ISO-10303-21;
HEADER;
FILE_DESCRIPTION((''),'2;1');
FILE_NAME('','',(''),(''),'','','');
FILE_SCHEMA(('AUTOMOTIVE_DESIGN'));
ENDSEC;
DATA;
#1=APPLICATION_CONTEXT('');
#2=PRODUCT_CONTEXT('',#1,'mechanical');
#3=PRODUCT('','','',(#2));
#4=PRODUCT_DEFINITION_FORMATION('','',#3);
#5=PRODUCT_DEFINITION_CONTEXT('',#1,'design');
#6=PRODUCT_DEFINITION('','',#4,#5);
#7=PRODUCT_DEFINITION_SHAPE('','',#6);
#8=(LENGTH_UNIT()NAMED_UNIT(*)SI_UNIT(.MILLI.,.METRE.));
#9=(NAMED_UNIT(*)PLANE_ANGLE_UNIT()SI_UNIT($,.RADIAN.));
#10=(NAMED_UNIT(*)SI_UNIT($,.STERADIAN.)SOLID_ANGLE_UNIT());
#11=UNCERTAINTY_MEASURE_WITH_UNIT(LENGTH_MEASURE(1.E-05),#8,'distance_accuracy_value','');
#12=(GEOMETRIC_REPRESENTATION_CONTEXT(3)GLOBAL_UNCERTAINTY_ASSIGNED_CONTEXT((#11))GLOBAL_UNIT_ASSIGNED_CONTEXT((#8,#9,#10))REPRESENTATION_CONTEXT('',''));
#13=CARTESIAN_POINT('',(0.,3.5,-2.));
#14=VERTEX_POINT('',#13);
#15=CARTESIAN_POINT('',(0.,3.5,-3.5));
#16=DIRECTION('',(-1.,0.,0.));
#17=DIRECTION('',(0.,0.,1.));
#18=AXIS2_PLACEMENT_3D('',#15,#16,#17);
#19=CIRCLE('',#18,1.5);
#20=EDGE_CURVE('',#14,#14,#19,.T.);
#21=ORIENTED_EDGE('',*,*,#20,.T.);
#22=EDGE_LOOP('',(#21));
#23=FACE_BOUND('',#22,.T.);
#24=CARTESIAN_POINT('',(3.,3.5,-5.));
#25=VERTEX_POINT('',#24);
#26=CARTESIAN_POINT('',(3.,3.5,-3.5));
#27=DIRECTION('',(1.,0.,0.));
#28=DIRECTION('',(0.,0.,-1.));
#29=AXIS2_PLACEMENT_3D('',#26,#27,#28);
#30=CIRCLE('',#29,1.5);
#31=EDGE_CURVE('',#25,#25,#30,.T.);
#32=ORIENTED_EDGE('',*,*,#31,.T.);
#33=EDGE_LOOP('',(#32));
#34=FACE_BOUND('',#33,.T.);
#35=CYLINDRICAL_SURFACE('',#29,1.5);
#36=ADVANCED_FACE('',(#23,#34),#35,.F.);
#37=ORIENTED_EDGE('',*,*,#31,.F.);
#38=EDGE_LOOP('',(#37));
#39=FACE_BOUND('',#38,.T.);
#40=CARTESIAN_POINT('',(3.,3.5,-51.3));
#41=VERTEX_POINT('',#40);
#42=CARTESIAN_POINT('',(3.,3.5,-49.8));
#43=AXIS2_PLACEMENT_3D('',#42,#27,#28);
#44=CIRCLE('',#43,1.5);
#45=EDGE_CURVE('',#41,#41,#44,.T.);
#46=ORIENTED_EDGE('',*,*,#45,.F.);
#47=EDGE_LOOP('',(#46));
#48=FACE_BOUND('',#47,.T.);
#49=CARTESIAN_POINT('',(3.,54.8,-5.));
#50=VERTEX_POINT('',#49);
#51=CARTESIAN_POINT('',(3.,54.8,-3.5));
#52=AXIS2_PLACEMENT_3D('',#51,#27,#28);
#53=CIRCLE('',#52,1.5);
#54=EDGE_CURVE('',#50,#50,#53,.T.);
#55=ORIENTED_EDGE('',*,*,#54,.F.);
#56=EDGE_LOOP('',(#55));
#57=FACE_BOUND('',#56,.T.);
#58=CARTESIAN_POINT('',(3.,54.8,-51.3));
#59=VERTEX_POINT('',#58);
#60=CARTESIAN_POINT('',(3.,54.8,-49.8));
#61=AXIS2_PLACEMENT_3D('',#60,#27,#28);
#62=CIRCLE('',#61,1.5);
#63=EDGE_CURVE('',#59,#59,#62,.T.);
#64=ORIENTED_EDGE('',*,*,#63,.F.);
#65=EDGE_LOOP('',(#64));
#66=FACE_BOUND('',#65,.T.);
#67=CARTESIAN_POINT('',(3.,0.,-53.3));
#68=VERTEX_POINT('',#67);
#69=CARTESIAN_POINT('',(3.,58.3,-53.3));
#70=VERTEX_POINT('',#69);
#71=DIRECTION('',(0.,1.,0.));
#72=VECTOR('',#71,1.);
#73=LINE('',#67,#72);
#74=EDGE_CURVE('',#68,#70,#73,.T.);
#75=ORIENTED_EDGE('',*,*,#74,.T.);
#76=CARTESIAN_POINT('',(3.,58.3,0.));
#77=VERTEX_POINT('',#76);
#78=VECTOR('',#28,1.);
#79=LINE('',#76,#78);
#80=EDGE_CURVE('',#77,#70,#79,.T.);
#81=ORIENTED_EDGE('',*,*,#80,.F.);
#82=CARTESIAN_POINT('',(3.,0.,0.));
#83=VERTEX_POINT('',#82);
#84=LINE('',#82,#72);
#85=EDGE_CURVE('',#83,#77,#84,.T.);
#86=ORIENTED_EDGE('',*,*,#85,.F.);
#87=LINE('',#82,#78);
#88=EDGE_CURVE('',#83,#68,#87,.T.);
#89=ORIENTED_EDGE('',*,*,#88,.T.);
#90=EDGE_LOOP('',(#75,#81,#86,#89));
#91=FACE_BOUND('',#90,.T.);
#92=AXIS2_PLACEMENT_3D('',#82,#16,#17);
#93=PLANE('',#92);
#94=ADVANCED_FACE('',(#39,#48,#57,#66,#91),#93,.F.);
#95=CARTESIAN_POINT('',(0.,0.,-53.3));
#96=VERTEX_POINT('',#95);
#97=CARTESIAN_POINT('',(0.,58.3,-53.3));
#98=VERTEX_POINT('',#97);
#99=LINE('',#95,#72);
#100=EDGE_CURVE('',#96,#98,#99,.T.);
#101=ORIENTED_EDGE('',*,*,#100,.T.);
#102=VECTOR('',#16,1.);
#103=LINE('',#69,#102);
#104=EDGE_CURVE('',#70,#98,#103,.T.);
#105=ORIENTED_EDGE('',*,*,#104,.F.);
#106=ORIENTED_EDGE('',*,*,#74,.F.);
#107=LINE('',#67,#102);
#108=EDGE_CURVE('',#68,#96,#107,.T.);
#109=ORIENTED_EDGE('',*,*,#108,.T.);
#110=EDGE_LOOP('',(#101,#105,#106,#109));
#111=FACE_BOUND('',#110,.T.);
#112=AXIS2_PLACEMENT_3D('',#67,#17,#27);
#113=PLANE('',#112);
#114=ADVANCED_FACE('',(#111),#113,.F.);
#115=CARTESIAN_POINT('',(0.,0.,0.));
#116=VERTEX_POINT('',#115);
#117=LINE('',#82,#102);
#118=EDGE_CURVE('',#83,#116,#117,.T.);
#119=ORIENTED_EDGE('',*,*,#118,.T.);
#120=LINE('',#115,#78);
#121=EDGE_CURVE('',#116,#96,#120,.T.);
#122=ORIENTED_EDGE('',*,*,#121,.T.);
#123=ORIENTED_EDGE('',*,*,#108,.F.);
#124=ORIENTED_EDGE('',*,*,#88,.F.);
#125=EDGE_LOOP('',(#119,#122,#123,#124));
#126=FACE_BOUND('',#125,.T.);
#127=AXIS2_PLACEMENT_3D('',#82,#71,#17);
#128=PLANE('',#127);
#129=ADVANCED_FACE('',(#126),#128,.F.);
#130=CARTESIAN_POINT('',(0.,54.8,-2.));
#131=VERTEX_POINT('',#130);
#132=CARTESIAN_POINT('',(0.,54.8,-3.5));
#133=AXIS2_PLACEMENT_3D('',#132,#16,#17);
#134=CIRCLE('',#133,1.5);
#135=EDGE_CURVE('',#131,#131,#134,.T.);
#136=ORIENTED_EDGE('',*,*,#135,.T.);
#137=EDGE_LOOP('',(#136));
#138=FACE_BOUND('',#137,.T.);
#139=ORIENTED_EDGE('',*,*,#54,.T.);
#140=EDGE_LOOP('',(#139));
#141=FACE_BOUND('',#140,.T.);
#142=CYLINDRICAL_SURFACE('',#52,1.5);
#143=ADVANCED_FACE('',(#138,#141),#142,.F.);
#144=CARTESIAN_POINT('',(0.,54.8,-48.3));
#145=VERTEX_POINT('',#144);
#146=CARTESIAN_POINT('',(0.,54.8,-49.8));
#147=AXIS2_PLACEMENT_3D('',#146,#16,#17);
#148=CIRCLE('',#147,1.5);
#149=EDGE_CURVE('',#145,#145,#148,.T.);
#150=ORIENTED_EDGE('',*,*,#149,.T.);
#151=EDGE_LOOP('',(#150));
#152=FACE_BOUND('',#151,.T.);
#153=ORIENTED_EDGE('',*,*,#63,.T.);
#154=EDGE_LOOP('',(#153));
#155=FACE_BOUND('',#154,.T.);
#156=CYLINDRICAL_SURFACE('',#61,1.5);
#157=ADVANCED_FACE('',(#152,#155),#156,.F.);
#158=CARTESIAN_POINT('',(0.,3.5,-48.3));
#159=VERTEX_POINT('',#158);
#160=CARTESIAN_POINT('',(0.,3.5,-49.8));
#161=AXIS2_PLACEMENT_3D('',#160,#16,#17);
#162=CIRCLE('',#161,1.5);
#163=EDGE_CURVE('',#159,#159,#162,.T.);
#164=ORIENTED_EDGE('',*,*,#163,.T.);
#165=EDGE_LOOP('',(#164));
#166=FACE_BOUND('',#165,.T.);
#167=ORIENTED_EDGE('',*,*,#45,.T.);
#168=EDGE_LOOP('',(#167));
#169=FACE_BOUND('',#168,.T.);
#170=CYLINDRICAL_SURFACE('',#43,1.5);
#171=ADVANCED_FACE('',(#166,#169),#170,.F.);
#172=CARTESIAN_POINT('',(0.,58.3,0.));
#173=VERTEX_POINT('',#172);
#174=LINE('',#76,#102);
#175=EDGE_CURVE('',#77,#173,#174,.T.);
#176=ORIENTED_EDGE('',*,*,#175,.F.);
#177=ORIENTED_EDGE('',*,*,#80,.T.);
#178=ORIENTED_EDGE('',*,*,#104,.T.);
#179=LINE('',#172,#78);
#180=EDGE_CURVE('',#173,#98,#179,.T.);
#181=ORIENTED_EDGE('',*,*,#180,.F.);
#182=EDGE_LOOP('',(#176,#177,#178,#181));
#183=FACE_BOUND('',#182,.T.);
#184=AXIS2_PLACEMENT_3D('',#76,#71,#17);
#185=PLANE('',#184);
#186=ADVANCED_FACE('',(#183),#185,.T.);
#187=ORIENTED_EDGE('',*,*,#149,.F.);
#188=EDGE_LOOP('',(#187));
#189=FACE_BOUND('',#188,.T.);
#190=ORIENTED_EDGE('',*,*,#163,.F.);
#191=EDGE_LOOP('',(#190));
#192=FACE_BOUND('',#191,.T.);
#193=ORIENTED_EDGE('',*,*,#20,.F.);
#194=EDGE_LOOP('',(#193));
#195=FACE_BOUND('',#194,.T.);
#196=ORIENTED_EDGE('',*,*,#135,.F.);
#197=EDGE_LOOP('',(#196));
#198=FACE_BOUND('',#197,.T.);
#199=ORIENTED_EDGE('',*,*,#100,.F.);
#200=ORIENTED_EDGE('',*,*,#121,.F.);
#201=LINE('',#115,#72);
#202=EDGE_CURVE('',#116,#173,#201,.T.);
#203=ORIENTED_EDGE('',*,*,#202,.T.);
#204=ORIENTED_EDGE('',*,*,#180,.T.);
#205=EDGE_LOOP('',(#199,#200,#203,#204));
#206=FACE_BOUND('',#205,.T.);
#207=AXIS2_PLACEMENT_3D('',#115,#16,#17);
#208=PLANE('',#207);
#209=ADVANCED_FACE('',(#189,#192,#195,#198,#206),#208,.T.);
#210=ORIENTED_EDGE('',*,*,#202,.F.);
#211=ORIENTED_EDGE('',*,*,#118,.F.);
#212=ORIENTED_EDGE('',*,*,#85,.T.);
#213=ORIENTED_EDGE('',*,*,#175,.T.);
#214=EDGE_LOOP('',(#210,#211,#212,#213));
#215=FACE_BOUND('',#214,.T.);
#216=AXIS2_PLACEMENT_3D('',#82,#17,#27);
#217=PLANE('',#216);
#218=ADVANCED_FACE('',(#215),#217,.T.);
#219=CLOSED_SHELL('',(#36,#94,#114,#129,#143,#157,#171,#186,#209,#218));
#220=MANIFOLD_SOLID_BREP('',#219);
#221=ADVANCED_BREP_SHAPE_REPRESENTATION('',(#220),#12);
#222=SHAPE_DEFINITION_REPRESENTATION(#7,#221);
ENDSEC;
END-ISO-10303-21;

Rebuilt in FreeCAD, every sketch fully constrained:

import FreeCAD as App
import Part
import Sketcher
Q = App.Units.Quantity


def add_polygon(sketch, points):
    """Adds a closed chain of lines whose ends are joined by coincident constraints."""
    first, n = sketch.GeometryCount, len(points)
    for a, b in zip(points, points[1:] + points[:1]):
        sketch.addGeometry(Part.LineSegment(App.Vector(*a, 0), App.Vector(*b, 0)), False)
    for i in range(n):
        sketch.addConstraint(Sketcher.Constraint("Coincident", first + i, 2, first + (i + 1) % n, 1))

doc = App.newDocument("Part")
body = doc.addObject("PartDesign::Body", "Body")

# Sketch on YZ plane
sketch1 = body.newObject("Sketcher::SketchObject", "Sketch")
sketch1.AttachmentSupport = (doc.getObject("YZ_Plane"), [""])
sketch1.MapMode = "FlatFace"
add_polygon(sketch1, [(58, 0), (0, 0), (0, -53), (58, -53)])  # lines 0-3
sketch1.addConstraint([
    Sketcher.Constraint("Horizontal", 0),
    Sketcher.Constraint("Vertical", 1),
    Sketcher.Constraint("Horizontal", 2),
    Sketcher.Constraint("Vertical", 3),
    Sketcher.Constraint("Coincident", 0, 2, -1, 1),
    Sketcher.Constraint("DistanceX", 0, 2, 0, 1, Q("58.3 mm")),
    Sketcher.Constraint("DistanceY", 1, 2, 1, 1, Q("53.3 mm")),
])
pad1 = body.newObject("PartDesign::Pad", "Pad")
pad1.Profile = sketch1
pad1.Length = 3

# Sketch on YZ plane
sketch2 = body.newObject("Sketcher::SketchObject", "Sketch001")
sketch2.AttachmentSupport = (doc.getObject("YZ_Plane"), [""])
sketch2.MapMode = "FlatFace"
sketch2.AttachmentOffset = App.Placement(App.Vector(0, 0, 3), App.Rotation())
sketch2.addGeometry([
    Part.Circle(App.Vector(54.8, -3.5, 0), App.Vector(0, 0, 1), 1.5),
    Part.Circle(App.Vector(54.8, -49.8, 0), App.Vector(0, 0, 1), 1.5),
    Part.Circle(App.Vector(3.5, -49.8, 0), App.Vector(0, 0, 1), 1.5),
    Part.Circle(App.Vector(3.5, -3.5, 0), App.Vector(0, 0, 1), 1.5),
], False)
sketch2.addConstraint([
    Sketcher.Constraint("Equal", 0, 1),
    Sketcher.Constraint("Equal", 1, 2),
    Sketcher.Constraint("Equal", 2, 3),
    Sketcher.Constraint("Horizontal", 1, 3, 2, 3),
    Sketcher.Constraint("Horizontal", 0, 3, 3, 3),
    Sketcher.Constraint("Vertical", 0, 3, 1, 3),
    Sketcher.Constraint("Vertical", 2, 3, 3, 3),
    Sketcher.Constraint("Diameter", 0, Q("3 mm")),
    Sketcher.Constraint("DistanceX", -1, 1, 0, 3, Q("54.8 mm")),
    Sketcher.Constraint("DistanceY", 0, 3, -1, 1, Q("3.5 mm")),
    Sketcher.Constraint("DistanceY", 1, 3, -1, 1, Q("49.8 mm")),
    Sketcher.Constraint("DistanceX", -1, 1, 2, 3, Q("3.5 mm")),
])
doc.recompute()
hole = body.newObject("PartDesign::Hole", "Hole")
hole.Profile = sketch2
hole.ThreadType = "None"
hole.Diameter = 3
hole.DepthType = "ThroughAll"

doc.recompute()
★ ★ ★
◆ WORK ORDER: Give back exactly the lines above, from the line containing "#110=EDGE_LOOP('',(#101,#105,#106,#109));" through the line containing "#125=EDGE_LOOP('',(#119,#122,#123,#124));", with both end lines and nothing more.

◆ ANSWER TO THE EXERCISE:
#110=EDGE_LOOP('',(#101,#105,#106,#109));
#111=FACE_BOUND('',#110,.T.);
#112=AXIS2_PLACEMENT_3D('',#67,#17,#27);
#113=PLANE('',#112);
#114=ADVANCED_FACE('',(#111),#113,.F.);
#115=CARTESIAN_POINT('',(0.,0.,0.));
#116=VERTEX_POINT('',#115);
#117=LINE('',#82,#102);
#118=EDGE_CURVE('',#83,#116,#117,.T.);
#119=ORIENTED_EDGE('',*,*,#118,.T.);
#120=LINE('',#115,#78);
#121=EDGE_CURVE('',#116,#96,#120,.T.);
#122=ORIENTED_EDGE('',*,*,#121,.T.);
#123=ORIENTED_EDGE('',*,*,#108,.F.);
#124=ORIENTED_EDGE('',*,*,#88,.F.);
#125=EDGE_LOOP('',(#119,#122,#123,#124));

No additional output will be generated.